Transformation Microbiology Lab Term Paper

Topics: Cancer, Escherichia coli, Bacteria Pages: 6 (1980 words) Published: March 1, 2013
Glowing Transformations


In this experiment, the idea is to become familiar with the transformation of cells. A well thought out procedure, involving a heat shock procedure, a good antibiotic, an inducer known as arabinose to show the newly expressed DNA by a visible fluorescent glow, and a stable control group is what contributes to this experiments thoroughness. It is predicted that the four agar plates will all yield different forms of growth, with different coloration and colony number. It is also predicted that the agar plate media containing the arabinose will grow a green fluorescent color and the (-)pGlo plate with ampicillin will exhibit no growth at all, due to the lack of the plasmid that is resistant to ampicillin. The prediction for the other two plates lacking arabinose is a growth of colorless colonies. Multiple medical experiments are credited towards transformation, especially ones involving cancer and the transformation of normal cells to neoplastic and cancerous cells.
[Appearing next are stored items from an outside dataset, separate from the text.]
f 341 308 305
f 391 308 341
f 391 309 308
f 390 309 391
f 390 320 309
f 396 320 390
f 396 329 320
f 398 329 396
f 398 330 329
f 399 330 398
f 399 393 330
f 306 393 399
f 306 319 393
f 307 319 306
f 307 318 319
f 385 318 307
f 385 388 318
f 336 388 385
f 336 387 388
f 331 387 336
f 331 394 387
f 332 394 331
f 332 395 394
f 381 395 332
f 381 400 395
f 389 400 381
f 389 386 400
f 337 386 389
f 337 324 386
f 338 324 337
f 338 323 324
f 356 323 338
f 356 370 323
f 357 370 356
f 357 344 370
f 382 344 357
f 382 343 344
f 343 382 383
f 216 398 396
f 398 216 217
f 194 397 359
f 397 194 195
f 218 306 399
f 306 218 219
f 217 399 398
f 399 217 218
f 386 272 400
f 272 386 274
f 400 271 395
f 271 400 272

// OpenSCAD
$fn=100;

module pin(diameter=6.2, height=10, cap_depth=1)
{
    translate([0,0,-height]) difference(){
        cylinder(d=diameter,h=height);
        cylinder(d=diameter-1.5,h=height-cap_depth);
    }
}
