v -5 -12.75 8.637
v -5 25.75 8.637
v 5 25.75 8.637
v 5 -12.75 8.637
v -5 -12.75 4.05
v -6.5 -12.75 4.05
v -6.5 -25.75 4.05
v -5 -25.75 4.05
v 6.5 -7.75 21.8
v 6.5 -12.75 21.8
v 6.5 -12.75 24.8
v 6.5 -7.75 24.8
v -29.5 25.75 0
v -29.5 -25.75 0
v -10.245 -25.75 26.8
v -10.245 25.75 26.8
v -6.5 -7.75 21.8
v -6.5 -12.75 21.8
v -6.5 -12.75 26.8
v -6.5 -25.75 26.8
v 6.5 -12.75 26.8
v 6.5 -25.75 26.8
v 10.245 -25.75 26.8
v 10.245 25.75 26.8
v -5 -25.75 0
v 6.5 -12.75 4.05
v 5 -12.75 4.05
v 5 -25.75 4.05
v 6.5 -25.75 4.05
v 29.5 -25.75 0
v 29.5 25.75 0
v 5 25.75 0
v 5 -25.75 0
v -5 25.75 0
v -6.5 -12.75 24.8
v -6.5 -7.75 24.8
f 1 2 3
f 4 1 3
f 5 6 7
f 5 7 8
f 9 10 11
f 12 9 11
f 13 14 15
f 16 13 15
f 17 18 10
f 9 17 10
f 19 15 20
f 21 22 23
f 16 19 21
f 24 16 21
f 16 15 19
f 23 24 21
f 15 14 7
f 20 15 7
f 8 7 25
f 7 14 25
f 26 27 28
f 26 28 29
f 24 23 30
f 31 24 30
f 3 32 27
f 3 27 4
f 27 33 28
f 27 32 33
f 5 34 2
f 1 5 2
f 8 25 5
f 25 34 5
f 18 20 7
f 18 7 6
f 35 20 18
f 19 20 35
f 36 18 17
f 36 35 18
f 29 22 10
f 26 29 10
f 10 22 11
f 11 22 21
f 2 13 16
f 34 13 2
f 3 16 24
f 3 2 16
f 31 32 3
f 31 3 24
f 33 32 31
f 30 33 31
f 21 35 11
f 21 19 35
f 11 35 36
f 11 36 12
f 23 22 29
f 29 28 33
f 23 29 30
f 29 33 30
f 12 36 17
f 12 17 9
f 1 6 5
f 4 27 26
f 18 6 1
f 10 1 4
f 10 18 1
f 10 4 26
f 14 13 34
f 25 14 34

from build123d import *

# Parameters (mm, degrees)
F0_W      = 59
F0_H      = 51.5
F1_DEPTH  = 26.8
F2_W      = 10
F2_H      = 13
F3_DEPTH  = 26.8
F4_W      = 12.999998
F4_H      = 13
F5_DEPTH  = 22.75
F7_DEPTH  = 51.5
F9_DEPTH  = 51.5
F10_W     = 10
F10_H     = 8.67
F11_DEPTH = 38.5
F12_W     = 13
F12_H     = 3
F13_DEPTH = 5


with BuildPart() as f1:
    # F0 (on Top) → F1 (new body)
    with BuildSketch(Plane.XY):
        Rectangle(F0_W, F0_H)
    extrude(amount=F1_DEPTH)

    # F2 (on face) → F3 (cut)
    with BuildSketch(Plane.XY.offset(26.8)):
        with Locations((0, -19.25)):
            Rectangle(F2_W, F2_H)
    extrude(amount=-F3_DEPTH, mode=Mode.SUBTRACT)

    # F4 (on face) → F5 (cut)
    with BuildSketch(Plane.XY.offset(26.8)):
        with Locations((-1e-06, -19.25)):
            Rectangle(F4_W, F4_H)
    extrude(amount=-F5_DEPTH, mode=Mode.SUBTRACT)

    # F6 (on face) → F7 (cut)
    with BuildSketch(Plane.XZ.offset(25.75)):
        Polygon((-29.5, 26.8), (-29.5, 0), (-10.244871, 26.8), align=None)
    extrude(amount=-F7_DEPTH, mode=Mode.SUBTRACT)

    # F8 (on face) → F9 (cut)
    with BuildSketch(Plane.XZ.offset(25.75)):
        Polygon((10.244871, 26.8), (29.5, 0), (29.5, 26.8), align=None)
    extrude(amount=-F9_DEPTH, mode=Mode.SUBTRACT)

    # F10 (on face) → F11 (cut)
    with BuildSketch(Plane.XZ.offset(12.75)):
        with Locations((0, 4.302397)):
            Rectangle(F10_W, F10_H)
    extrude(amount=-F11_DEPTH, mode=Mode.SUBTRACT)

    # F12 (on face) → F13 (cut)
    with BuildSketch(Plane.XZ.offset(12.75)):
        with Locations((0, 23.3)):
            Rectangle(F12_W, F12_H)
    extrude(amount=-F13_DEPTH, mode=Mode.SUBTRACT)


solid = f1.part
The general purpose of the Transformation Lab was to observe the difference in bacterial growth under differing media conditions to help understand the process of transformation and how it contributes to the life of living organisms. "Transformation" is what occurs when a cell receives and expresses a new piece of DNA that was otherwise foreign to it before [1]. This type of experiment demonstrates what happens when a cell transforms and expresses a gene it once did not have, which is basically the gene that makes it glow fluorescent green. This particular glowing gene comes from the jellyfish Aequorea victoria. This glowing gene is taken from the jellyfish and the E. coli takes in the GFP protein from the jellyfish DNA, transforms to accept the glowing gene, and will then provide its own fluorescent green glow under UV light when it begins to express the gene [1]. People may wonder why this type of study is important, besides making things glow in the lab. Transformation is a big part of medical studies, especially with the transformation of normal cells into malignant ones. Cancer is a really big part of why microbiologists study the transformation of cells. It is also a big part of helping sick people by helping them transform their diseased cells into healthy ones donated from a healthy person. This is a new idea that is being explored known as "gene therapy" [1]. Aside from the important things, the idea behind this particular transformation lab is to create a visual on how transformation is done. The green fluorescent glow provides the perfect visual for a transformed gene. It also provides a visual for the way some bacteria become resistant to certain antibiotics. The plasmid taken in by the E. coli bacteria also codes for a resistant to the antibiotic used, which is ampicillin. Through the control group, it is seen that ampicillin kills any E. coli bacteria that has not mutated for resistance to the antibiotic. But, when the bacteria transforms to express the plasmid, which does have a resistance to ampicillin, bacteria grow as normal. This demonstrates how some bacteria get around antibiotics and develop a resistance; they transform and express a new gene that is not affected by that particular antibiotic. Transformation experiments help humans in so many ways and to be able to re-create this cell-to-cell miracle is a fantastic jumpstart for all the things we still do not understand about the microbiological world.

Materials & Methods

Materials needed for this experiment included an E. coli starter plate, 4 agar plates, transformation solution of calcium chloride, LB nutrient broth, Inoculating loops, pipets, foam microtube holder float for (+) and (-) pGLO microtubes, container of crushed ice, rehydrated pGLO plasmid, a 42 degree celsius water bath and a thermometer, and a 37 degree celsius incubation space [1].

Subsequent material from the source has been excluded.